Personal anecdote, having lived in a few very poor countries and a few relatively very wealthy ones:

1) In the poor countries, I find people are generally quite happy living their day to day lives but rate their happiness low - because they think people in wealthy countries have it so much better. I.e. they underrate their happiness because they think wealthy people must be so much happier.

2) Vice versa in the wealthier countries - so many miserable people, but, they feel that they can't complain because they see how bad things are in the poor countries.

I think these "happiness ratings" are a bunch of bullshit. Some of the happiest families and communities I've seen are in the poor countries while so many people are miserable and lonely in the wealthy countries.
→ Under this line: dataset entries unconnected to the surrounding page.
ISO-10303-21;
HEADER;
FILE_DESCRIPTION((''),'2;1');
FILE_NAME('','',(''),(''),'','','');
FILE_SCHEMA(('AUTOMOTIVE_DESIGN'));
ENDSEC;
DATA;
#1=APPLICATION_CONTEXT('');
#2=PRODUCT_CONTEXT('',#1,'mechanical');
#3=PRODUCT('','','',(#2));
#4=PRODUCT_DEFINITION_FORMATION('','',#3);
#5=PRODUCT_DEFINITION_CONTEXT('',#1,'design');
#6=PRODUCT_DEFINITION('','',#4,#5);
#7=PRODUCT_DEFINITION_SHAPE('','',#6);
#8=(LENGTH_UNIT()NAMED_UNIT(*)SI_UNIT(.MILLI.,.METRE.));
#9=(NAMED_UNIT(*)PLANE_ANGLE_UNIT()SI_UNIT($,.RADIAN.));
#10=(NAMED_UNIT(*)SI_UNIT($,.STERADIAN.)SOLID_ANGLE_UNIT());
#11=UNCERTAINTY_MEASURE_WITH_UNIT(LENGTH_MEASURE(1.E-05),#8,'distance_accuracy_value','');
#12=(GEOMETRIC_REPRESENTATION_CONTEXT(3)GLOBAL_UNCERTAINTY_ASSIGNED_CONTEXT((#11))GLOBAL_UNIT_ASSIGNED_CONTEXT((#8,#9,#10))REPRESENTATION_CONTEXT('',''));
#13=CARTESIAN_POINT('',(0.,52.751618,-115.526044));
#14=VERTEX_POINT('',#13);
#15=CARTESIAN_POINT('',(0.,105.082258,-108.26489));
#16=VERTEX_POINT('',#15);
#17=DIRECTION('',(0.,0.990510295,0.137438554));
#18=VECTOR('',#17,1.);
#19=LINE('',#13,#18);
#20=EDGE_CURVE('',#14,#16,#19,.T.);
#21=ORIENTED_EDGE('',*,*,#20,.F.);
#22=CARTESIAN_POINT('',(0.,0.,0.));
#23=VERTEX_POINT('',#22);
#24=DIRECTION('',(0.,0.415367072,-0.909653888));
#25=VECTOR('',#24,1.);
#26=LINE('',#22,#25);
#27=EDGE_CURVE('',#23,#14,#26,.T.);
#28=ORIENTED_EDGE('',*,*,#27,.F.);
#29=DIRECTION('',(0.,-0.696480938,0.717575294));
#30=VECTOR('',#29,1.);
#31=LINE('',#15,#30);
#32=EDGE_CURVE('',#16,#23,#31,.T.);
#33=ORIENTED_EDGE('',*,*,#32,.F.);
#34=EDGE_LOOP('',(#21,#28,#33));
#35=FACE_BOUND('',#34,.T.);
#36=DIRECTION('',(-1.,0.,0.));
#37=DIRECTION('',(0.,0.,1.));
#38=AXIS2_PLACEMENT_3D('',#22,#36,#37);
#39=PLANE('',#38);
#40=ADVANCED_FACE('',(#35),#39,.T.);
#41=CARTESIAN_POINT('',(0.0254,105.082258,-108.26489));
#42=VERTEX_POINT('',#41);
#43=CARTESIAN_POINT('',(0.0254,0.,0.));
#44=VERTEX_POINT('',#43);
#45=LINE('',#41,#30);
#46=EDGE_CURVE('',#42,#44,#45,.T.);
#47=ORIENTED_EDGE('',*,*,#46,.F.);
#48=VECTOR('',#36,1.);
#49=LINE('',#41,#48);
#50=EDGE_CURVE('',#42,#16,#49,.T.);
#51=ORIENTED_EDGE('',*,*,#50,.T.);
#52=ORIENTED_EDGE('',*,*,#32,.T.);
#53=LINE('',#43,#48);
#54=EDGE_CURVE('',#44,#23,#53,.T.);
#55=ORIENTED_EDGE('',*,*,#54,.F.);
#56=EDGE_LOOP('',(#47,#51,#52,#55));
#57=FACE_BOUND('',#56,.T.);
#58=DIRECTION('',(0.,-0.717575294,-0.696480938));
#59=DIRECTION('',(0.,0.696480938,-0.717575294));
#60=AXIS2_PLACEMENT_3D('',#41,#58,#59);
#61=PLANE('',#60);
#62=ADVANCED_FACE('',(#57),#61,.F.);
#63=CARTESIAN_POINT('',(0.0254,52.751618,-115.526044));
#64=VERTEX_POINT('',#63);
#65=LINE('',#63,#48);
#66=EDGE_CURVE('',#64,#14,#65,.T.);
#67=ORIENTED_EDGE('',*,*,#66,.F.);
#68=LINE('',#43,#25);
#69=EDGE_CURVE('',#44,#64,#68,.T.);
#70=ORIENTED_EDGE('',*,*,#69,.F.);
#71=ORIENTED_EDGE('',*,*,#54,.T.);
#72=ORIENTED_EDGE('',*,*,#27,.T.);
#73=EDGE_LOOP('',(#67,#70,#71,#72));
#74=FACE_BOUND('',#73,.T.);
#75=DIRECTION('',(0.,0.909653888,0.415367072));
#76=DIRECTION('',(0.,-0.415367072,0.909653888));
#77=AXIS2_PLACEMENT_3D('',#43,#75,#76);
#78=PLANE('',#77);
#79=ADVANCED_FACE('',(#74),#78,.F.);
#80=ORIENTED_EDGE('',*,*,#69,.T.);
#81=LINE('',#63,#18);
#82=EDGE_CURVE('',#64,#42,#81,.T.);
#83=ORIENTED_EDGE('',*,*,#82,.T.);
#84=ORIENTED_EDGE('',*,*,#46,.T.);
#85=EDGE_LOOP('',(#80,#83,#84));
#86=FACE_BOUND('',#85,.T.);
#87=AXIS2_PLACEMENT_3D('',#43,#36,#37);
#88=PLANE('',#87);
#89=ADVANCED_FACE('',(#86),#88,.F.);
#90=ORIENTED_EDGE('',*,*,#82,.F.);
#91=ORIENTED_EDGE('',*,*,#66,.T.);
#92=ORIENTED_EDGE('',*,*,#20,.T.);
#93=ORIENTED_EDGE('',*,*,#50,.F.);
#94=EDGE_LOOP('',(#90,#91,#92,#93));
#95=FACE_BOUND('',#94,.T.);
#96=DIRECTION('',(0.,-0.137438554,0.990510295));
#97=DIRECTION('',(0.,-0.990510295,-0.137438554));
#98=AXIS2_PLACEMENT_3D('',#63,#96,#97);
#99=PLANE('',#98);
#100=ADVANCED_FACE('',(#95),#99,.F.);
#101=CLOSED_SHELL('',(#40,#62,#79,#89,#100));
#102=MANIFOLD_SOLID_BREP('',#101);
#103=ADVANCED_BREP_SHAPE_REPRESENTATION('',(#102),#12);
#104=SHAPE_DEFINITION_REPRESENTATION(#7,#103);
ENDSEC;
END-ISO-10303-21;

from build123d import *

# Parameters (mm, degrees)
BOSS_EXTRUDE1_DEPTH = 0.0254


with BuildPart() as part:
    # Sketch1 → Boss-Extrude1 (new body)
    with BuildSketch(Plane(origin=(0, 0, 0), x_dir=(0, 0, -1), z_dir=(1, 0, 0))):
        Polygon((0, 0), (115.526043743, 52.751618147), (108.264890069, 105.082258038), align=None)
    extrude(amount=BOSS_EXTRUDE1_DEPTH)


solid = part.part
I believe it is very very hard for a person to subjectively rate their own happiness. (Edit to add, especially when they are comparing their own happiness against cultures and people they have mostly only seen on TV).


So basically, you dont believe people when they talk about how they feel and what they think, because you think you know them better.

That is not how it works. If you ever had someone else project feelings they think you have on you while ignoring what you say, you would know how absurdly missing the mark they are.


Please don't twist my words.

I've lived in these families and communities on both sides. I clearly said it was anecdotal.

I think you missed the whole point of my comment.


You do realize that the literal first factor that is used to calculate that index is GDP per capita, right? And that life expectancy (another factor) correlates with the GDP of the country?